In Algorithm Design Manual, edit distance is solved by the following algorithm
#define INSERT 1 /* enumerated type symbol for insert */
#define DELETE 2 /* enumerated type symbol for delete */
int string_compare(char *s, char *t, int i, int j)
{
int k; /* counter */
int opt[3]; /* cost of the three options */
int lowest_cost; /* lowest cost */
if (i == 0) return(j * indel(' '));
if (j == 0) return(i * indel(' '));
opt[MATCH] = string_compare(s,t,i-1,j-1) + match(s[i],t[j]);
opt[INSERT] = string_compare(s,t,i,j-1) + indel(t[j]);
opt[DELETE] = string_compare(s,t,i-1,j) + indel(s[i]);
lowest_cost = opt[MATCH];
for (k=INSERT; k<=DELETE; k++)
if (opt[k] < lowest_cost) lowest_cost = opt[k];
return( lowest_cost );
}
I understand everything up to this point but am struggling to understand the following section where substring matching and longest common subsequence are solved as variations of the edit distance problem. I believe I kind of understand the intuition behind them, where the least amount of edits means preserving the "sequences of interest". In the case of substring matching, it is the substring; in the case of the longest common subsequence, it is that common subsequence. However, I don't understand how exactly each problem is solved.

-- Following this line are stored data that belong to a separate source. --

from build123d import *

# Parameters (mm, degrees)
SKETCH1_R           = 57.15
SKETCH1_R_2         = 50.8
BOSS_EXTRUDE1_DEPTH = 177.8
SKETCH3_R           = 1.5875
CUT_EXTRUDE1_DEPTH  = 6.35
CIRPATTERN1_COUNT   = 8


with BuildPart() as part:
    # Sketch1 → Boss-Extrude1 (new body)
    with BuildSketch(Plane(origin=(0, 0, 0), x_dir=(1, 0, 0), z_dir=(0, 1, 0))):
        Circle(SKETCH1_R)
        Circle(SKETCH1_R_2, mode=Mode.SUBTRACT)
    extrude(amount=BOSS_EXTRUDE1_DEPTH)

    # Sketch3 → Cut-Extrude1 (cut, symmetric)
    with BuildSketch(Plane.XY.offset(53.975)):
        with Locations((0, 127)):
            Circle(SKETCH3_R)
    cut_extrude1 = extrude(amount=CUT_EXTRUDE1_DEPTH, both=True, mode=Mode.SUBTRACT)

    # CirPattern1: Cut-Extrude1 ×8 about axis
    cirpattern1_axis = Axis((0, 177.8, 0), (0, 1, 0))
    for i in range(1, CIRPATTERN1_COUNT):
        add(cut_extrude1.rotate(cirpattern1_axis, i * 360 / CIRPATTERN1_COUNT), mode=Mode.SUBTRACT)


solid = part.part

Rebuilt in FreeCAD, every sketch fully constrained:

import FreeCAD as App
import Part
import Sketcher

V = App.Vector
Q = App.Units.Quantity

doc = App.newDocument("Part")
body = doc.addObject("PartDesign::Body", "Body")

sketch1 = doc.addObject("Sketcher::SketchObject", "Sketch")
body.addObject(sketch1)
sketch1.AttachmentSupport = (doc.XZ_Plane, [""])
sketch1.MapMode = "FlatFace"
sketch1.addGeometry([
    Part.Circle(V(0, 0, 0), V(0, 0, 1), 57),
    Part.Circle(V(0, 0, 0), V(0, 0, 1), 51),
], False)
sketch1.addConstraint([
    Sketcher.Constraint("Coincident", 0, 3, -1, 1),
    Sketcher.Constraint("Coincident", 1, 3, -1, 1),
    Sketcher.Constraint("Diameter", 1, Q("4 in")),
    Sketcher.Constraint("Diameter", 0, Q("4.5 in")),
])
pad1 = doc.addObject("PartDesign::Pad", "Pad")
body.addObject(pad1)
pad1.Profile = sketch1
pad1.Length = Q("7 in")
pad1.Reversed = True

sketch2 = doc.addObject("Sketcher::SketchObject", "Sketch001")
body.addObject(sketch2)
sketch2.AttachmentSupport = (doc.XY_Plane, [""])
sketch2.MapMode = "FlatFace"
sketch2.AttachmentOffset = App.Placement(V(0, 0, 2.125 * 25.4), App.Rotation())
sketch2.addGeometry(Part.Circle(V(0, 127, 0), V(0, 0, 1), 1.6), False)
sketch2.addConstraint([
    Sketcher.Constraint("PointOnObject", 0, 3, -2),
    Sketcher.Constraint("Diameter", 0, Q("0.125 in")),
    Sketcher.Constraint("DistanceY", -1, 1, 0, 3, Q("5 in")),
])
pocket1 = doc.addObject("PartDesign::Pocket", "Pocket")
body.addObject(pocket1)
pocket1.Profile = sketch2
pocket1.Length = Q("0.5 in")
pocket1.Midplane = True
doc.recompute()

polarpattern = doc.addObject("PartDesign::PolarPattern", "PolarPattern")
body.addObject(polarpattern)
polarpattern.Originals = [pocket1]
polarpattern.Axis = (doc.Y_Axis, [""])
polarpattern.Angle = 360
polarpattern.Occurrences = 8
body.Tip = polarpattern

doc.recompute()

For substring matching, following changes are made:
row_init(int i)
{
m[0][i].cost = 0; /* note change */
m[0][i].parent = -1; /* note change */
}
goal_cell(char *s, char *t, int *i, int *j)
{
int k; /* counter */
*i = strlen(s) - 1;
*j = 0;
for (k=1; k<strlen(t); k++)
if (m[*i][k].cost < m[*i][*j].cost) *j = k;
}
}
For longest common subsequence, the following change is made:
int match(char c, char d)
{
if (c == d) return(0);
else return(MAXLEN);
}
Would someone care to explain and help me understand this better?
match()now penalises something so hard that it will never appear in any chosen solution. What does this imply about the resulting alignment? Where can gaps still appear?